A Page OUt of Jacki Donaldson's Breast Cancer Journal
Iam
a breast cancer survivor. I am also a wife, a mother, a sister, a
daughter, an aunt, a friend, a scrapbooker, a shopper (I love
shoes!) a preschool teacher, a licensed hair stylist, and a writer.
I’m sure I have forgotten something because I know I am a whole lot
more than these titles suggest.
Somehow, though, in my mind, “breast cancer survivor” seems to
loom over all these other roles I play. Sometimes I think this is
not okay — that I should not be defined by a disease that I do
believe I will conquer. But other times, I think this is okay.
Cancer is big. It’s monumental. And it does affect all these
roles...[but] there is light at the end of the tunnel. I have been
tunneling through this cancer journey for almost 19 months and I can
truly look back and wonder where the time has gone. Some days are
long and some moments are bad, but time does heal wounds and pain
and despair — and the light of the world does return.
Immortality - Wednesday, March 15th, 2006
I heard a woman in the Cancer Center waiting room today say to a
man I assume was her father, “When I was 18, I thought I was
immortal.” I thought the same thing — that I was immortal — at age
34, just before cancer flashed in front of my face and reminded me
that I am not. And today, looking at the man I think was this
woman’s father, I felt deep in my gut a sad realization that life
passes by so quickly. I know this from watching Joey grow in no time
from a chubby, cuddly baby into a long, lean five-year-old who is
about to perform in a school musical this weekend. And from watching
Danny, my second chubby, cuddly baby who asks each day, “Am I three
now?” I tell him, “Not yet. In two months.” He asks, “Is it a long
time?” and I tell him, “Yes, for you, it’s a long time,” all the
while knowing that for me, two months is nothing — just a quick
passage of time that will end with Danny’s third birthday and will
make me long for the days when my babies were babies.
Life moves at a fast pace. I’m sure it did for this man in the
waiting room. I heard him reminiscing about his younger days. I
heard him say, “When I was the captain of a DC-3 … ” and he talked
about flying planes and landing planes and airports. Today, this man
is elderly. His skin is wrinkled; his posture slumped. He looked
fragile — and it made me sad to witness an image of aging, knowing
this is what happens as time ticks on. And it made me sad to see him
in the pink infusion chair, receiving treatment for an illness that
is undoubtedly threatening the life that is already passing him by.
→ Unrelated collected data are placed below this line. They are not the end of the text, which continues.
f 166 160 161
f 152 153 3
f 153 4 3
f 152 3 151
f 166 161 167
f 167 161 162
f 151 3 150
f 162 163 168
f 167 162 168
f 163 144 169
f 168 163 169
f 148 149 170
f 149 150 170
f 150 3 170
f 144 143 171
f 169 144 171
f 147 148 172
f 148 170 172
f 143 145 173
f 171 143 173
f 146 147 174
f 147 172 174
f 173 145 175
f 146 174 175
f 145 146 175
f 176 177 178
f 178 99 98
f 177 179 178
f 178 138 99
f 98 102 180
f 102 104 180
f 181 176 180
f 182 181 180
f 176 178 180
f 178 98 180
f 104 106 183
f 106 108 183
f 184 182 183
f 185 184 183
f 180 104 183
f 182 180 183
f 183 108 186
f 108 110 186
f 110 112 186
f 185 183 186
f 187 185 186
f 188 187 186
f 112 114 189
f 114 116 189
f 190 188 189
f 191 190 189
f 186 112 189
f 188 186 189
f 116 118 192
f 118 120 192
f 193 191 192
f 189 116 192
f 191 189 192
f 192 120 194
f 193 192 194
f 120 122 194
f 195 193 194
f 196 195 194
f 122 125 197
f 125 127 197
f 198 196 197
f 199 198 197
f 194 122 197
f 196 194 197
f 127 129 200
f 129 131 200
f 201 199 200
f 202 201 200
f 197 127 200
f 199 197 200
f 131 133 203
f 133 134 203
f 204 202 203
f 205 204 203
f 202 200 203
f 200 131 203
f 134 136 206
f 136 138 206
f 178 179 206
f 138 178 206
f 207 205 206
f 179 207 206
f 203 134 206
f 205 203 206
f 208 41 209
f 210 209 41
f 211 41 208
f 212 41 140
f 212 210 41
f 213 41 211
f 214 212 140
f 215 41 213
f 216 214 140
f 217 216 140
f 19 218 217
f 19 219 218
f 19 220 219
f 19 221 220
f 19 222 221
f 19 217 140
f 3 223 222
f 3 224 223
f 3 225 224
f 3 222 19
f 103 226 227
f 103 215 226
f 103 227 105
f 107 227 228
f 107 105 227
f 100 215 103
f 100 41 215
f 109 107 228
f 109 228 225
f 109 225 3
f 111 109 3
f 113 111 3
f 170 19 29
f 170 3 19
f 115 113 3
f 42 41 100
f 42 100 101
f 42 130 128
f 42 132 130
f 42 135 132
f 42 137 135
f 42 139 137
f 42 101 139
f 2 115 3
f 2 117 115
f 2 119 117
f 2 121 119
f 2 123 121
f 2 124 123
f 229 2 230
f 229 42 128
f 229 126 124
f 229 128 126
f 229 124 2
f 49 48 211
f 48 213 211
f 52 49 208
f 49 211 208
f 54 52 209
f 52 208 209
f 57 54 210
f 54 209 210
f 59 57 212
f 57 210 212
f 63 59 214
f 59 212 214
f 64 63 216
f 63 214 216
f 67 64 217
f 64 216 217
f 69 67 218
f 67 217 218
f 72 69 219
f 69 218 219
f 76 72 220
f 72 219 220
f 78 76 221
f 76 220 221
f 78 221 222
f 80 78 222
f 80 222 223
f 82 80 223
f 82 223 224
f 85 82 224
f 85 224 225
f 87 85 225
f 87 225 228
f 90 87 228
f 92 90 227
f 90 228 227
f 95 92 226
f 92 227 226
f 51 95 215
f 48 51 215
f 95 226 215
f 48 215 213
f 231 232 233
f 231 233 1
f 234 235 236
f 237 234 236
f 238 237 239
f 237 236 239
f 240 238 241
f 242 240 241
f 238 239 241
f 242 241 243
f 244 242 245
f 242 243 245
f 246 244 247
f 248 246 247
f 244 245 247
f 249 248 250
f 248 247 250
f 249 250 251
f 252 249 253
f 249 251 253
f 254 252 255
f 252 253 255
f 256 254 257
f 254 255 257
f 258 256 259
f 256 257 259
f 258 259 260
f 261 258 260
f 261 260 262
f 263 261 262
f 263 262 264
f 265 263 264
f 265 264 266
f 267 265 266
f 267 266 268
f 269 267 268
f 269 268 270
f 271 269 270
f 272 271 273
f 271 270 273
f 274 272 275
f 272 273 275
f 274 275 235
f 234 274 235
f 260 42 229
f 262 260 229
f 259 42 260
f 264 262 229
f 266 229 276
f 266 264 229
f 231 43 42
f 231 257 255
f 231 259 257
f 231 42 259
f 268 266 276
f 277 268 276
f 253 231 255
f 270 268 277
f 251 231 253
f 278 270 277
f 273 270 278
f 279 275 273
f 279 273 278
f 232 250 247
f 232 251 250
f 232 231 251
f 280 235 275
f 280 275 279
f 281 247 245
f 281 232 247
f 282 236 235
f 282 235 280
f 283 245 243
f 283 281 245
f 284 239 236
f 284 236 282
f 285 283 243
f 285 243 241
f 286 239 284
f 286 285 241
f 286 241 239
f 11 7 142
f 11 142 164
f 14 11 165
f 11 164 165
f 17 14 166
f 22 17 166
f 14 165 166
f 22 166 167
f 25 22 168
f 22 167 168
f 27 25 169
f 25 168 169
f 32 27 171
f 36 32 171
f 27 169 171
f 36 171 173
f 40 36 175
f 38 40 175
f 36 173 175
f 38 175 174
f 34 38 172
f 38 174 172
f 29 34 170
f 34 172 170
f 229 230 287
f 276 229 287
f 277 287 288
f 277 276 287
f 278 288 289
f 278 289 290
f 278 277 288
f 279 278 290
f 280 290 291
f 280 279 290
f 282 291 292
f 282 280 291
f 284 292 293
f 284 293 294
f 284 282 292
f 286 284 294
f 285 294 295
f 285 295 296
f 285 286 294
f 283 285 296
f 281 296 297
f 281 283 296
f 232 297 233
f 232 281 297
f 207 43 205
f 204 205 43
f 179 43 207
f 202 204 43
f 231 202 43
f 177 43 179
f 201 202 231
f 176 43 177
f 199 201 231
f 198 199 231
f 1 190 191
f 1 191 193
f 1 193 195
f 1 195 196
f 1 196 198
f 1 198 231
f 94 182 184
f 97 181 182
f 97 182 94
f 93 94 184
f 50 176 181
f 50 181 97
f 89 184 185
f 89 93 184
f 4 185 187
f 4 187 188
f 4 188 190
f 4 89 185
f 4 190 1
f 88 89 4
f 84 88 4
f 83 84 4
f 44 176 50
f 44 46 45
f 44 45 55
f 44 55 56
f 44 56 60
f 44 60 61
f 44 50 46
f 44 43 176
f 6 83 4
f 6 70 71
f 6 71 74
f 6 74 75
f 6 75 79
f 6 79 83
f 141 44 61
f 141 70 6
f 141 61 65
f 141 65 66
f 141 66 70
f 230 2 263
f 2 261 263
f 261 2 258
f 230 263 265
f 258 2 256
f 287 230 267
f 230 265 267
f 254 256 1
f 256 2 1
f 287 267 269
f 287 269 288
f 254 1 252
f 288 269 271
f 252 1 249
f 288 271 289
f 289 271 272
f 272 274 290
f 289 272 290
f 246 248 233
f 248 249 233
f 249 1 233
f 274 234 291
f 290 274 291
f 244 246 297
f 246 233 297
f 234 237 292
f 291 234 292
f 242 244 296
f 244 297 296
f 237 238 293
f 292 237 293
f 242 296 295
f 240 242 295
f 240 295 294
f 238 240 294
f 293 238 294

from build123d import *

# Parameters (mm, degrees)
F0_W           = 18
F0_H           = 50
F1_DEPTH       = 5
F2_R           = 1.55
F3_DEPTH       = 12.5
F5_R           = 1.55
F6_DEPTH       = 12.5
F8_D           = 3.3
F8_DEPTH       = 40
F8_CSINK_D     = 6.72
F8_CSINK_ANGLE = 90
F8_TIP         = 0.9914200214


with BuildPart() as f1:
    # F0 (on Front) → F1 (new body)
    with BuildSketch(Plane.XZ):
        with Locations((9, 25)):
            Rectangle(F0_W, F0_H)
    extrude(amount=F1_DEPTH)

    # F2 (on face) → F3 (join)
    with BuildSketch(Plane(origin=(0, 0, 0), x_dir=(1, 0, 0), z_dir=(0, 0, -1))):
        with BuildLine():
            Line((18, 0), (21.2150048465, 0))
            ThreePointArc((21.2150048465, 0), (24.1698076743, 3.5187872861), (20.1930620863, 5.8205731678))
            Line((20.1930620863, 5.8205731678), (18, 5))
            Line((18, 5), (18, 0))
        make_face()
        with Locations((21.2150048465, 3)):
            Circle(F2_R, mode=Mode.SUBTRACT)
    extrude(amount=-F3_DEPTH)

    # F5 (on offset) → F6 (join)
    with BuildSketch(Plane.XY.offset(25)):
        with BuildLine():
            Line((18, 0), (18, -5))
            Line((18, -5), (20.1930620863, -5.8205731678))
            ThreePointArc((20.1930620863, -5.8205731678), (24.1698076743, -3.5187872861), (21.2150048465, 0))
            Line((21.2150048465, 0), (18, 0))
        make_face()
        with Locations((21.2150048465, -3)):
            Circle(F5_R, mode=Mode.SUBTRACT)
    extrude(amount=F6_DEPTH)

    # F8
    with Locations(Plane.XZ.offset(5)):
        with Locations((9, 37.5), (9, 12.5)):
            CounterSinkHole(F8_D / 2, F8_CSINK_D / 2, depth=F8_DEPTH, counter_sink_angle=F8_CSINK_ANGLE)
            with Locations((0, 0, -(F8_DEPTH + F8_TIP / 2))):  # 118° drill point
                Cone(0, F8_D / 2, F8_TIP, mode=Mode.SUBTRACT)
But I am also inspired by this man who is fighting for those
precious moments in life. He had no sadness about him. Perhaps with
age comes a wisdom that the passing of time is an okay process —
it’s the way life is meant to be.
And mortality comes with life (cancer or no cancer) — and being
reminded of it is not such a bad thing but a wake-up call to
appreciate the teeny tiny moments that pass by so quickly. Like when
Danny said to me last night at the dress rehearsal for Joey’s
musical, “Mommy, you are pretty.” Or when I poured his cereal into a
bowl the other day and he said, “Good job, Mommy!” So while I regret
that my boys are growing so quickly and I am aging right along with
them, I also would not trade these phenomena for anything. So when I
have moments of sadness about mortality, I will focus on the gift of
life that allows me to watch my babies grow up, however startling
and swift the process may be.
I am thankful today for the glimpse of the man in the waiting
room. I am thankful for the life I have with two little growing boys
and one big boy who takes care of them while I receive my Herceptin
treatment. And I am thankful for my Herceptin treatment and the fact
that it is likely giving me more life than I may have had without
it.
The room full of uncertainty - May 6th, 2006
I waited for hours yesterday to hear the results of my mammogram
and ultrasound. It’s not an odd thing — the waiting — and the women
revolving in and out of the doors of this office know the routine
well. We sign in and wait. We are led into another room, lock our
clothing in a locker, put on a cape-like gown so that we are all
partially revealed to one another — and we wait. We are called back
to the exam room where our breasts are squeezed and manipulated and
squashed like pancakes into a machine. Photos are taken, we are
excused, and we report back to our previous location — and we wait.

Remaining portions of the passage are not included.